雲西赫把銀行卡給凍結了,偏偏就在她最需要金錢治病的是時候。
心裏瞬間湧上了一股火氣,她從銀行職員的手中拿過自己的銀行卡。
一離開銀行的範圍,她就急忙給雲西赫打了個電話。
他很快就接通了電話,“茵茵,什麼事?”
語氣和昨日一般平常,卻輕易的勾起了她心中的那股怒火。
“雲西赫,你把我的卡凍結了?”
雲西赫一愣,似是沒想到他第一句話,居然是這個問題。
“以後你需要錢的時候,可以直接在微信裡問我,我給你轉賬。”
他語氣輕飄飄的,完全沒有一絲尷尬,也沒有一絲不妥。
“你為什麼要這麼做?你在防我什麼嗎?”她忽然抬高了音量,語氣十分激烈。
雲西赫下意識皺緊了眉頭,有一個猜測在心底油然而生。
“你平時都不在意卡裡的錢的,今天為什麼這麼在意。

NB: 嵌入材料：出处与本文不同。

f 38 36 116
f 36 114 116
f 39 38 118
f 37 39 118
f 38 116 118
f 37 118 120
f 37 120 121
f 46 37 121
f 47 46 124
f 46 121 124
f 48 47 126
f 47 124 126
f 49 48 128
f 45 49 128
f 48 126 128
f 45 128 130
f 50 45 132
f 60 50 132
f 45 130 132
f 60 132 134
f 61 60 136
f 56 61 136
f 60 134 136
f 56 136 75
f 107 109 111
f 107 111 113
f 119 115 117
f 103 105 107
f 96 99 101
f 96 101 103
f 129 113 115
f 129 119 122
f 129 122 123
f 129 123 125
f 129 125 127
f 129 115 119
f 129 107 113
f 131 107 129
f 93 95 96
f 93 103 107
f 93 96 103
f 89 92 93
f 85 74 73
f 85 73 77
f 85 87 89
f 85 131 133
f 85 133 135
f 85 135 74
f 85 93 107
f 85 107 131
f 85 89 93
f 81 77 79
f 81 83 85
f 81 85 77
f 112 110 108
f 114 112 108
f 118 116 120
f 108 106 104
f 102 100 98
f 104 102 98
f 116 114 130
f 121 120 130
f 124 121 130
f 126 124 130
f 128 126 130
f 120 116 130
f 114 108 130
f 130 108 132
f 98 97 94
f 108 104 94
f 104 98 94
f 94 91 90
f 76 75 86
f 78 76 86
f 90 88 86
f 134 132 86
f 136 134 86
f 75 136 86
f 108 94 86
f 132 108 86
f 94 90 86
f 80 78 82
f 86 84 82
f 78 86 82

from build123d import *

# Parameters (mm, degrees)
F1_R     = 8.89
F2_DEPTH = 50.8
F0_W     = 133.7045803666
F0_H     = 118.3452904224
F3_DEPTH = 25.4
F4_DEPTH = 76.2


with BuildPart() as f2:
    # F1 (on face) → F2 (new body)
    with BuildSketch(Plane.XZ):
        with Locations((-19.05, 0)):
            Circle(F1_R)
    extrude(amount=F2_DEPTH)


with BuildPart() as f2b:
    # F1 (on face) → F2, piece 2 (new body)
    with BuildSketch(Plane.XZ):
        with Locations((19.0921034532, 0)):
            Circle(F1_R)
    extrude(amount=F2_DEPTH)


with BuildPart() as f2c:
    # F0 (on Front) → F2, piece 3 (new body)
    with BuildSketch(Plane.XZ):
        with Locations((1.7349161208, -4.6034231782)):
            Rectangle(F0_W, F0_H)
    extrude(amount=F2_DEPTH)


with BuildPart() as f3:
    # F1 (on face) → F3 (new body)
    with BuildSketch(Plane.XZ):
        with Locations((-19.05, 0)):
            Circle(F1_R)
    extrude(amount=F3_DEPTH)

”他眼眸微微一眯,“你難道想和晉賀私奔?!”
說到最後,他的音量下意識增大。
聽見他的話,習茵愣住了,眼中瞬間燃起一絲失望的光芒。
“雲西赫,我在和你討論凍結資金的事情,你缺什麼事情都能扯到晉賀的身上!”
雲西赫卻再也聽不得她的解釋,“你到底在哪裏?”
他的心中被強烈的恐慌佔據,生怕自己出差的這段時間,她便徹底地離開了自己的身邊。
他還記得,上一回在醫院,晉賀抓著她的手,乞求她一起私奔,逃到他找不到的地方。
難道,她終於決定了,徹底離開他?
“雲西赫,你到底喜歡我什麼呢?你知不知道,你現在是在害我?”
壓抑了一整天的情緒瞬間化成了破濤洶湧的江水,猛然決堤。
她差一點就要脫口而出,將自己隱藏了幾個月的秘密告訴他。
可話到了嘴邊,她卻不知道該怎麼說出口。
罷了。
她擦去眼淚,胡亂的結束通話了電話。
雲西赫一愣,耳邊隻剩下了一陣陣忙音。
他再打過去的時候,任他撥打了無數遍也撥不通電話。
她把自己拉進了黑名單中。
“雲總,等會還有和陳總的飯局。”宋繼明偷看了一眼後視鏡,小心翼翼地說道。
雲西赫抬起頭,眼裏盛著陰翳的光芒,眸中似乎醞釀起了一輪風雨,看得瘮人。
宋繼明忍不住打了個寒噤。
“把飯局推了,我們現在去機場,我今天就要回運城。”雲西赫的嗓音冰冷中又帶著幾分沙啞。
“好。”
宋繼明的心裏雖然疑惑,但無奈雲西赫的臉色太過難看,隻能順了他的話。
-
掛了雲西赫的電話,習茵坐在公交車站的座位上,目光獃滯。
此刻,她的內心一片荒蕪。
她藏了一個秘密,一個有關生死的秘密,無人知道,這些日子,她都背負了怎樣的壓力和恐慌。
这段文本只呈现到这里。